Champion of Switzerland in 1985, he participates in the World Sportscar Championship as a driver and with his own team from 1977 to 1979 and from 1988 to 1991.

With four participations in the 24 Hours of Le Mans, seventh place in 1988 and eighth in 1991 in the World Sportscar Championship for teams, Antoine Salamin confirms his international stature.

In addition to regular rankings in the European Interserie Cup and the German Supercup Championship (podiums), the 1988 season is punctuated by its seventh place in the Porsche World Cup.

An eclectic driver, he is also involved in rally (Rallye du Vin, du Haut-Valais, Lyon-Charbonnières) on Ford Escort RS 2000, Opel and Porsche, in rally-raid (Paris-Dakar 1982 where he is seventh overall before his retirement at Gao) on Toyota Hilux, Antoine Salamin was distinguished above all by his loyalty to Porsche.

He has notably driven the following cars: Porsche Carrera 2.7 RS, Porsche Carrera 3.0 RS, Porsche Turbo 930, Porsche 934, Porsche 935, Porsche 962C and Porsche 997 GT3 RS (1st of the Porsche Swiss Cup in circuit ranking in 2011).

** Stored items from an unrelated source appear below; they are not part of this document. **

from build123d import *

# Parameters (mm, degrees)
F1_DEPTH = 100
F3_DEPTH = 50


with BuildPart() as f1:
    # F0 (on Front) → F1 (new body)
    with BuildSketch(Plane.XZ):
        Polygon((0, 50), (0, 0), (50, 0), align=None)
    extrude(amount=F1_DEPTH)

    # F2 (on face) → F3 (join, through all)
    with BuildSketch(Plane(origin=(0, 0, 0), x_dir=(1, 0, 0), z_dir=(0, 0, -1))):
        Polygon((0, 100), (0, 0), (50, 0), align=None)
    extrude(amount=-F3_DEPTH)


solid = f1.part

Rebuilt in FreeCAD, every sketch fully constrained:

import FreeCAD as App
import Part
import Sketcher

V = App.Vector


def add_polygon(sketch, points):
    """Adds a closed chain of lines whose ends are joined by coincident constraints."""
    first, n = sketch.GeometryCount, len(points)
    for a, b in zip(points, points[1:] + points[:1]):
        sketch.addGeometry(Part.LineSegment(App.Vector(*a, 0), App.Vector(*b, 0)), False)
    for i in range(n):
        sketch.addConstraint(Sketcher.Constraint("Coincident", first + i, 2, first + (i + 1) % n, 1))

doc = App.newDocument("Part")
params = doc.addObject("Spreadsheet::Sheet", "Params")
for row, (alias, value) in enumerate([
    ("sketch1_width", "50 mm"),
    ("pad1_length", "100 mm"),
    ("sketch2_width", "50 mm"),
    ("sketch2_height", "100 mm"),
    ("pad2_length", "50 mm"),
], start=1):
    params.set(f"A{row}", alias)
    params.set(f"B{row}", "=" + value)
    params.setAlias(f"B{row}", alias)

body = doc.addObject("PartDesign::Body", "Body")

# Sketch on XZ plane
sketch1 = body.newObject("Sketcher::SketchObject", "Sketch")
sketch1.AttachmentSupport = (doc.getObject("XZ_Plane"), [""])
sketch1.MapMode = "FlatFace"
add_polygon(sketch1, [(0, 50), (0, 0), (50, 0)])  # lines 0-2
sketch1.addConstraint([
    Sketcher.Constraint("Vertical", 0),
    Sketcher.Constraint("Horizontal", 1),
    Sketcher.Constraint("Coincident", 0, 2, -1, 1),
    Sketcher.Constraint("Equal", 1, 0),
    Sketcher.Constraint("DistanceX", 1, 1, 1, 2, 50.0),
])
sketch1.setExpression("Constraints[7]", "Params.sketch1_width")
pad1 = body.newObject("PartDesign::Pad", "Pad")
pad1.Profile = sketch1
pad1.setExpression("Length", "Params.pad1_length")

# Sketch on XY plane
sketch2 = body.newObject("Sketcher::SketchObject", "Sketch001")
sketch2.AttachmentSupport = (doc.getObject("XY_Plane"), [""])
sketch2.MapMode = "FlatFace"
add_polygon(sketch2, [(0, -100), (0, 0), (50, 0)])  # lines 0-2
sketch2.addConstraint([
    Sketcher.Constraint("Vertical", 0),
    Sketcher.Constraint("Horizontal", 1),
    Sketcher.Constraint("Coincident", 0, 2, -1, 1),
    Sketcher.Constraint("DistanceX", 1, 1, 1, 2, 50.0),
    Sketcher.Constraint("DistanceY", 0, 1, 0, 2, 100.0),
])
sketch2.setExpression("Constraints[6]", "Params.sketch2_width")
sketch2.setExpression("Constraints[7]", "Params.sketch2_height")
pad2 = body.newObject("PartDesign::Pad", "Pad001")
pad2.Profile = sketch2
pad2.setExpression("Length", "Params.pad2_length")

doc.recompute()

In 1987, he has driven a Sauber Sehcar C6 with a Ford Cosworth engine and in 1983 he participated in the 3 hours of Hockenheim in "Sport 2000".

His racing driver career began in 1973 and ended in 1998 with Hockenheim's 3 hours victory.

He created the Swiss Team Salamin, independent structure, becoming for the 1991 season, Team Salamin Primagaz. Driver and sporting director, he officiated at this last post in Ferrari Challenge in the mid-1990s and in some events in 1998 (in FIA GT Championship).

== Race tracks in Switzerland ==
As an architect, he designs three projects of race tracks in Switzerland.

In 1985, the Swiss Grand Prix was reborn in Sion (it missed only one vote at the Federal Council to authorize this punctual race on a temporary track located on the Airport of Sion).

A project of a permanent alpine track, in 1996, on the airfield of Rarogne failed during the popular vote of the commune which followed.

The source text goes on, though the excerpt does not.